▶ What the task requires: In the entries below, which lines run from the one containing "#65=ORIENTED_EDGE('',*,*,#20,.F.);" to the one containing "#96=ORIENTED_EDGE('',*,*,#95,.F.);"? Copy exactly those lines, ends included, and no others.

▶ Recorded data:

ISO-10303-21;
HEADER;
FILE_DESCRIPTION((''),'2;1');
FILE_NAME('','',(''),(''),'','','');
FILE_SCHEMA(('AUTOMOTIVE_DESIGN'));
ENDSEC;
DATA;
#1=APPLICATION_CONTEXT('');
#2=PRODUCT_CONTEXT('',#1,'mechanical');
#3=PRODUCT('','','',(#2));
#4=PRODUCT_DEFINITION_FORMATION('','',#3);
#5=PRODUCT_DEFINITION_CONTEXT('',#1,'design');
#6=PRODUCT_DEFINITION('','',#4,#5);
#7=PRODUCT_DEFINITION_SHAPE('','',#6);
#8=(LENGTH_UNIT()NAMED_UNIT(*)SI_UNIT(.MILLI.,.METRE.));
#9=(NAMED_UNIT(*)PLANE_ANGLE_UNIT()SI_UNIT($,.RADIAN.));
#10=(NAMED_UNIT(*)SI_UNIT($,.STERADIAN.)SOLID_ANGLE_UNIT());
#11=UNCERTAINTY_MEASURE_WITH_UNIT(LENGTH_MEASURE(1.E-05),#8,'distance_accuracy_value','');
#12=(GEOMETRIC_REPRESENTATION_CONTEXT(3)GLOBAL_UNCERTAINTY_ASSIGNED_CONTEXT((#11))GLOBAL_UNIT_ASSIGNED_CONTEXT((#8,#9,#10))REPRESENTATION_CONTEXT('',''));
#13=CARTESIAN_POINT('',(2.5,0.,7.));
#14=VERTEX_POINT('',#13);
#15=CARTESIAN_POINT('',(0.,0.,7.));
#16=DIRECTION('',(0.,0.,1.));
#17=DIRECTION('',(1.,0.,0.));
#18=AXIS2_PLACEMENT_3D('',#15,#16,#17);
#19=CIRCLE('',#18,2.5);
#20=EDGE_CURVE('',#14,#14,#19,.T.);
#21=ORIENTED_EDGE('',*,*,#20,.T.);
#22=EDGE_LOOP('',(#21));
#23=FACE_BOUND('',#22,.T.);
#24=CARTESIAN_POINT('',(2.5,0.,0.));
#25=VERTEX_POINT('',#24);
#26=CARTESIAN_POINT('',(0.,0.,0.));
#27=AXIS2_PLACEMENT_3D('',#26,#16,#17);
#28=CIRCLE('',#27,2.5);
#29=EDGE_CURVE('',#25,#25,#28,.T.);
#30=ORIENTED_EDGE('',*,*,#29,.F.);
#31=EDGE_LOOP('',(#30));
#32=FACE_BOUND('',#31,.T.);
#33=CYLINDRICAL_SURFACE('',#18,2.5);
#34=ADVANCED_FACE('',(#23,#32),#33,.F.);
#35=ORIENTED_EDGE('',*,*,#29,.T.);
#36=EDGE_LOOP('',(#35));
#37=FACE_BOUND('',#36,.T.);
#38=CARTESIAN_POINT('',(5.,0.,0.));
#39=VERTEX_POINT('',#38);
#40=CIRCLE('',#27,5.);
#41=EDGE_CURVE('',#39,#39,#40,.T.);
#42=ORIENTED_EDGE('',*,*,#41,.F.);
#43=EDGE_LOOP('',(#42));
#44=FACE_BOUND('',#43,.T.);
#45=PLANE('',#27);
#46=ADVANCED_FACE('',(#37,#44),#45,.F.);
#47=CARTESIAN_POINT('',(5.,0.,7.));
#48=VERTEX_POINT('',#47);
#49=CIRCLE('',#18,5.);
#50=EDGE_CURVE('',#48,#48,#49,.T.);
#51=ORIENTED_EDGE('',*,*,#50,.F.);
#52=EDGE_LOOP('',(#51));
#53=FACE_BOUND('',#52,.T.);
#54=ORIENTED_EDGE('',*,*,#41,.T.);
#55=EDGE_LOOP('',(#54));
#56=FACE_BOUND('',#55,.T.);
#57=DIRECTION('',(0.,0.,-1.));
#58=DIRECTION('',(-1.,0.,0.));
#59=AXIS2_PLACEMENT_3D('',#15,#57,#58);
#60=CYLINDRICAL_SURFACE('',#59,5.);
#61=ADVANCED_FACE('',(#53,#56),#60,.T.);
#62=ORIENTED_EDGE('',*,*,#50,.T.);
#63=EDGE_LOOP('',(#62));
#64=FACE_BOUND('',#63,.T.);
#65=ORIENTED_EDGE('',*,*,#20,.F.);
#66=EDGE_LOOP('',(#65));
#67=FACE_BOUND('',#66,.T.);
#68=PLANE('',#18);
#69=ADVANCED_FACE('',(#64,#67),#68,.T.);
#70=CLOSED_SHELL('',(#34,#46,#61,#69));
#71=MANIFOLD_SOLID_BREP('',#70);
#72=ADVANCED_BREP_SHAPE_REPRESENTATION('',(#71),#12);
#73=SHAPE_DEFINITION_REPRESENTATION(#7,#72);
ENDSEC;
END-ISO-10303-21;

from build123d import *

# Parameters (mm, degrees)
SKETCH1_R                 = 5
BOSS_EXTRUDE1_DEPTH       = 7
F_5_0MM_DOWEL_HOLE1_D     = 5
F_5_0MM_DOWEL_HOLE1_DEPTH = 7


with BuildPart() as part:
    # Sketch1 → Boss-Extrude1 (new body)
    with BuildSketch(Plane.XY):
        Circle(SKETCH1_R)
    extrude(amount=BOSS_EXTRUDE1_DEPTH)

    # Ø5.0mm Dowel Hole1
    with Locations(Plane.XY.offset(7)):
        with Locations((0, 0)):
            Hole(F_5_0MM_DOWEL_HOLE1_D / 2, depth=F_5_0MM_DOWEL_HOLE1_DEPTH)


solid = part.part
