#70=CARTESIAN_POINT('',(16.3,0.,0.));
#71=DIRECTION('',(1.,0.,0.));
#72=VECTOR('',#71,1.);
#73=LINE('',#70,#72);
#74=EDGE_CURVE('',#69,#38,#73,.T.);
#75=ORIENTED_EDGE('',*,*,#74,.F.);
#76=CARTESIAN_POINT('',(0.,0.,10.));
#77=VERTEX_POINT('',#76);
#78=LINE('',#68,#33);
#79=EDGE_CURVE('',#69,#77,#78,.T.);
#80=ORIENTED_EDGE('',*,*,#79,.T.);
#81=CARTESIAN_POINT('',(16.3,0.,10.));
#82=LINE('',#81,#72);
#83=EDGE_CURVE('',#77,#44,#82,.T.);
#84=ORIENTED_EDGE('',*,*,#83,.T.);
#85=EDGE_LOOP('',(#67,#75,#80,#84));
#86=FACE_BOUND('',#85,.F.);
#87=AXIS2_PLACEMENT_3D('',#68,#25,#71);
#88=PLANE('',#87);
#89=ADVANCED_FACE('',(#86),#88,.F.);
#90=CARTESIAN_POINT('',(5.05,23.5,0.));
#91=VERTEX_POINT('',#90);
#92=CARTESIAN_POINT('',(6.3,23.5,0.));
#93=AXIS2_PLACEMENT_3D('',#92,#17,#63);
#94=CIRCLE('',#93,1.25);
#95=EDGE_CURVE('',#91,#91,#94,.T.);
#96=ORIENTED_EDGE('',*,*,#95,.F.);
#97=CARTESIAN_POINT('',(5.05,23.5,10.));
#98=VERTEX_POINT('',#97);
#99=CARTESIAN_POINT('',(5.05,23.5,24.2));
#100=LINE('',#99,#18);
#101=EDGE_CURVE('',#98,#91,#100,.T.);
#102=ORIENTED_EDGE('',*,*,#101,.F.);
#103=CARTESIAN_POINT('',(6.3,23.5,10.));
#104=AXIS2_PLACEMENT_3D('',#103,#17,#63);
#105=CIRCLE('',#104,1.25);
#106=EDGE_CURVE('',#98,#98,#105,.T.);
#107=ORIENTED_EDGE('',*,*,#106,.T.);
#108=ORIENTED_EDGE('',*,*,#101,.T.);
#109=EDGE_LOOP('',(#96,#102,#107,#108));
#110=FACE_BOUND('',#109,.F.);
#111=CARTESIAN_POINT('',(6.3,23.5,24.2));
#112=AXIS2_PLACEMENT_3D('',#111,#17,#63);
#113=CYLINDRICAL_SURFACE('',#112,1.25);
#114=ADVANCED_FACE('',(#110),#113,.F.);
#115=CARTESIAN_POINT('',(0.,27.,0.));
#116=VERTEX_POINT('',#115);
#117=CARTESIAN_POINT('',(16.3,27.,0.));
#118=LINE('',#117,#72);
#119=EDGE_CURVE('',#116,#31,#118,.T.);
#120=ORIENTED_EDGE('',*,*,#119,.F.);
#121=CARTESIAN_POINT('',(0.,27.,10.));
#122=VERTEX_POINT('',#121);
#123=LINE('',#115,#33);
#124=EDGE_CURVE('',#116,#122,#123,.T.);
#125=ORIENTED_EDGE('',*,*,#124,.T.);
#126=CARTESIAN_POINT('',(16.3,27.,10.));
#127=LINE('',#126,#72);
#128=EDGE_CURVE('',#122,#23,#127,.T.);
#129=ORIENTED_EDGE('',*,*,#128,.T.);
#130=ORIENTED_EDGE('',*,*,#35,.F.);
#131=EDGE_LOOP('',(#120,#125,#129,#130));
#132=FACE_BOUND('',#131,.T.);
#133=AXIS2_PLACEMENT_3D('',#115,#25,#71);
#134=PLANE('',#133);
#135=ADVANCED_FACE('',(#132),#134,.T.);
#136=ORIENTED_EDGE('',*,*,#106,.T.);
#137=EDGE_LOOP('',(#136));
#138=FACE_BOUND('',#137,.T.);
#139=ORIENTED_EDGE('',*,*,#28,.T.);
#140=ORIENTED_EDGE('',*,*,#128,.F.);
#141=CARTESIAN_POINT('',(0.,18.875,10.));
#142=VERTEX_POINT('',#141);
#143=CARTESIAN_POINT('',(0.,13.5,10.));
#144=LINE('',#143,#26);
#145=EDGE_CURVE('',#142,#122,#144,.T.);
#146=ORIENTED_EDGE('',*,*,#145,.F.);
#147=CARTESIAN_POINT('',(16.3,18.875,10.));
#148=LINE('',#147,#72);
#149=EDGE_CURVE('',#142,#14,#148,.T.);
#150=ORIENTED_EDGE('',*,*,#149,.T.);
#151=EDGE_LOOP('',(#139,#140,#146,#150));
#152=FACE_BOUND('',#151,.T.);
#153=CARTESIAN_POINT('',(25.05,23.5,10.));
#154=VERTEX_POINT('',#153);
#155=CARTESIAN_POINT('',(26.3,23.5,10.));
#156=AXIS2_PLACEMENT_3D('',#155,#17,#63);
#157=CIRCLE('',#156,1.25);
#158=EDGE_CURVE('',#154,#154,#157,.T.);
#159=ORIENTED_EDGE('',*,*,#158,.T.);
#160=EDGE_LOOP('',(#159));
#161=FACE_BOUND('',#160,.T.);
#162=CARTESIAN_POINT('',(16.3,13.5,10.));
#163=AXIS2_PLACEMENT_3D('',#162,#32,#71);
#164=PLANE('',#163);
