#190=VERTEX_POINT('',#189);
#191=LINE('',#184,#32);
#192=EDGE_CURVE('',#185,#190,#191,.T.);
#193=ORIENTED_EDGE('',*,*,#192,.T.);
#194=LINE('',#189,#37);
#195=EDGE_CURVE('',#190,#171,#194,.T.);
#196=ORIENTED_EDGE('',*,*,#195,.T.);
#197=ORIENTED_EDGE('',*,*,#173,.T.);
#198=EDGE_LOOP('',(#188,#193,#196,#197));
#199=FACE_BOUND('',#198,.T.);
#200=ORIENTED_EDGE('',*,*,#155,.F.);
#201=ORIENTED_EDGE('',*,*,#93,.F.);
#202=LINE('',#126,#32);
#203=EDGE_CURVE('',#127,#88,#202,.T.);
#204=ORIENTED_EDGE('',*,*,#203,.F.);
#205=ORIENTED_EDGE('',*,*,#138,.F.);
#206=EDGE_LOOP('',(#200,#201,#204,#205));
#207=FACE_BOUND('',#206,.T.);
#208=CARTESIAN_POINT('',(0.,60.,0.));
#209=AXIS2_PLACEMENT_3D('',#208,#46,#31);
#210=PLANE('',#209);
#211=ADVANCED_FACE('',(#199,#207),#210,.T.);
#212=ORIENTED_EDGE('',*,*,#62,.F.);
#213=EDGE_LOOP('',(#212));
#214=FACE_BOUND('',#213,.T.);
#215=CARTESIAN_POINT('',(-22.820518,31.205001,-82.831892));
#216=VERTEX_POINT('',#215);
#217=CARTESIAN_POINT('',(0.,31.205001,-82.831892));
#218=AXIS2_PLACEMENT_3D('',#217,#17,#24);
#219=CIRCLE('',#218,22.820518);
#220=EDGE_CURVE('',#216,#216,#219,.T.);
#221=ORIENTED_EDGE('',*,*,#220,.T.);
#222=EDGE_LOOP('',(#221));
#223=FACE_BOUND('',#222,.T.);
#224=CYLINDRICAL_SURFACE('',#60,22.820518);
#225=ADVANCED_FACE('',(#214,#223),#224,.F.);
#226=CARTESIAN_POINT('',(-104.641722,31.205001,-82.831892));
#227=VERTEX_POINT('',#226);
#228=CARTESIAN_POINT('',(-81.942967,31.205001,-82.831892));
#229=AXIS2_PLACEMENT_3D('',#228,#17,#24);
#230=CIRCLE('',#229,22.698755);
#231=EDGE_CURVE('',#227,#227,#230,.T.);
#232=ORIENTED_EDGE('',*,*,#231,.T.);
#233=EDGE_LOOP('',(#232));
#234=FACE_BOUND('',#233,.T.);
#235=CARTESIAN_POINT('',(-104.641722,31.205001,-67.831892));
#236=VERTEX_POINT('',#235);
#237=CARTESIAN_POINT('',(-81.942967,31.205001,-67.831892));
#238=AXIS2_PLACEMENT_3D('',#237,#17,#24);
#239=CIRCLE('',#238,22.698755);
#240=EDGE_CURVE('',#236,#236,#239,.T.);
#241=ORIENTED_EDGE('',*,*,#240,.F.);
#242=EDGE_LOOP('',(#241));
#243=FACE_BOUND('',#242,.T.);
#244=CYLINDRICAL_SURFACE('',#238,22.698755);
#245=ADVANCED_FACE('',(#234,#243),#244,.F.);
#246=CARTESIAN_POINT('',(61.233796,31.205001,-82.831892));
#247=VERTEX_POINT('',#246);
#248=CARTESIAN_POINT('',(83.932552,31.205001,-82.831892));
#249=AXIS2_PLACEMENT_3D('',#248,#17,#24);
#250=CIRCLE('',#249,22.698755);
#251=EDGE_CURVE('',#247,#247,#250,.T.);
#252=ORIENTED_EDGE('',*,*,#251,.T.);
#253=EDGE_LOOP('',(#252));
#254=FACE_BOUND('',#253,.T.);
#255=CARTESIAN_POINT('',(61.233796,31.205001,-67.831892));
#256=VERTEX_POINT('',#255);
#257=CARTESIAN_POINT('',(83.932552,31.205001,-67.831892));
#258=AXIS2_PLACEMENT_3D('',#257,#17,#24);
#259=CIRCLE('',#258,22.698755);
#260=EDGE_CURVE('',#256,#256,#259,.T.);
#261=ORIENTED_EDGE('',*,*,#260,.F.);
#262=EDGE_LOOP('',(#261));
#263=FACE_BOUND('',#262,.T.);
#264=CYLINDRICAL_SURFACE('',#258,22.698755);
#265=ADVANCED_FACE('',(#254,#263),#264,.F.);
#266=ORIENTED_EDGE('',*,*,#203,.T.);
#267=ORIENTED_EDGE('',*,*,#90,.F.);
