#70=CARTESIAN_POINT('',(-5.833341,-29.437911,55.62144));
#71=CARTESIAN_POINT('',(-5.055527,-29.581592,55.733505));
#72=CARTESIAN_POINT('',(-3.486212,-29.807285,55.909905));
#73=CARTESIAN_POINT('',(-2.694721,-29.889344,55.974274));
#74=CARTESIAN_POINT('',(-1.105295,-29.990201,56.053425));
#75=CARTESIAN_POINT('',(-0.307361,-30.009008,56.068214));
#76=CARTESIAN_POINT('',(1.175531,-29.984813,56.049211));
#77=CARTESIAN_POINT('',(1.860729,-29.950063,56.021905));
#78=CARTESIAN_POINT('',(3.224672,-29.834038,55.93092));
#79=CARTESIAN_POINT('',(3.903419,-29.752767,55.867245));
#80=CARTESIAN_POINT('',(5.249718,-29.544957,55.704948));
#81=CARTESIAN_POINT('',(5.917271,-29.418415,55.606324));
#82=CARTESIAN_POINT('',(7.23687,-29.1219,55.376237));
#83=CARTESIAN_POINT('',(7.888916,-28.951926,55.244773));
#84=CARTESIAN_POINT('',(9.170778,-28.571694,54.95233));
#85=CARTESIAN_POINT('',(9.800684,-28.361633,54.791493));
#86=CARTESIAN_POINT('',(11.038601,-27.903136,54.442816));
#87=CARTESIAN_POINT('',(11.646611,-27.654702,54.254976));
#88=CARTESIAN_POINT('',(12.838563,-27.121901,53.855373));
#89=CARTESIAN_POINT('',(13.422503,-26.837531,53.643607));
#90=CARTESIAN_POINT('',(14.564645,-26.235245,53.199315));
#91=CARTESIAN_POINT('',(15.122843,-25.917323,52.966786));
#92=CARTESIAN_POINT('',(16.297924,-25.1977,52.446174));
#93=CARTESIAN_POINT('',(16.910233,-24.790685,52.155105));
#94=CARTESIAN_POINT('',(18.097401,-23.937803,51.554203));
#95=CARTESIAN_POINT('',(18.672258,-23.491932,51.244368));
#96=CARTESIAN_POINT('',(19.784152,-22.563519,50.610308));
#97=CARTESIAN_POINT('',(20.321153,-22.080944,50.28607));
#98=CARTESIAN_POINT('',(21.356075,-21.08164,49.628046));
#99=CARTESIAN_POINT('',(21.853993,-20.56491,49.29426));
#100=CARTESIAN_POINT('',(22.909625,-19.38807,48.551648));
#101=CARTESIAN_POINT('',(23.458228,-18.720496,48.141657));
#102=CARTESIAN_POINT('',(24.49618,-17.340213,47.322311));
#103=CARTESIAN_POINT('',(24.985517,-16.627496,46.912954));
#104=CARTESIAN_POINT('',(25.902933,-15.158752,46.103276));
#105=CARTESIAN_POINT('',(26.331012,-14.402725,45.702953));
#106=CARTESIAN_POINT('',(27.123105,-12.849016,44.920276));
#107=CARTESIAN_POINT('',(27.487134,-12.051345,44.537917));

▶ Solution for this task:
#65=ORIENTED_EDGE('',*,*,#20,.F.);
#66=EDGE_LOOP('',(#65));
#67=FACE_BOUND('',#66,.T.);
#68=PLANE('',#18);
#69=ADVANCED_FACE('',(#64,#67),#68,.T.);
#70=CLOSED_SHELL('',(#34,#46,#61,#69));
#71=MANIFOLD_SOLID_BREP('',#70);
#72=ADVANCED_BREP_SHAPE_REPRESENTATION('',(#71),#12);
#73=SHAPE_DEFINITION_REPRESENTATION(#7,#72);
ENDSEC;
END-ISO-10303-21;

from build123d import *

# Parameters (mm, degrees)
SKETCH1_R                 = 5
BOSS_EXTRUDE1_DEPTH       = 7
F_5_0MM_DOWEL_HOLE1_D     = 5
F_5_0MM_DOWEL_HOLE1_DEPTH = 7


with BuildPart() as part:
    # Sketch1 → Boss-Extrude1 (new body)
    with BuildSketch(Plane.XY):
        Circle(SKETCH1_R)
    extrude(amount=BOSS_EXTRUDE1_DEPTH)

    # Ø5.0mm Dowel Hole1
    with Locations(Plane.XY.offset(7)):
        with Locations((0, 0)):
            Hole(F_5_0MM_DOWEL_HOLE1_D / 2, depth=F_5_0MM_DOWEL_HOLE1_DEPTH)


solid = part.part
#70=CARTESIAN_POINT('',(16.3,0.,0.));
#71=DIRECTION('',(1.,0.,0.));
#72=VECTOR('',#71,1.);
#73=LINE('',#70,#72);
#74=EDGE_CURVE('',#69,#38,#73,.T.);
#75=ORIENTED_EDGE('',*,*,#74,.F.);
#76=CARTESIAN_POINT('',(0.,0.,10.));
#77=VERTEX_POINT('',#76);
#78=LINE('',#68,#33);
#79=EDGE_CURVE('',#69,#77,#78,.T.);
#80=ORIENTED_EDGE('',*,*,#79,.T.);
#81=CARTESIAN_POINT('',(16.3,0.,10.));
#82=LINE('',#81,#72);
#83=EDGE_CURVE('',#77,#44,#82,.T.);
#84=ORIENTED_EDGE('',*,*,#83,.T.);
#85=EDGE_LOOP('',(#67,#75,#80,#84));
#86=FACE_BOUND('',#85,.F.);
#87=AXIS2_PLACEMENT_3D('',#68,#25,#71);
#88=PLANE('',#87);
#89=ADVANCED_FACE('',(#86),#88,.F.);
#90=CARTESIAN_POINT('',(5.05,23.5,0.));
#91=VERTEX_POINT('',#90);
#92=CARTESIAN_POINT('',(6.3,23.5,0.));
#93=AXIS2_PLACEMENT_3D('',#92,#17,#63);
#94=CIRCLE('',#93,1.25);
#95=EDGE_CURVE('',#91,#91,#94,.T.);
#96=ORIENTED_EDGE('',*,*,#95,.F.);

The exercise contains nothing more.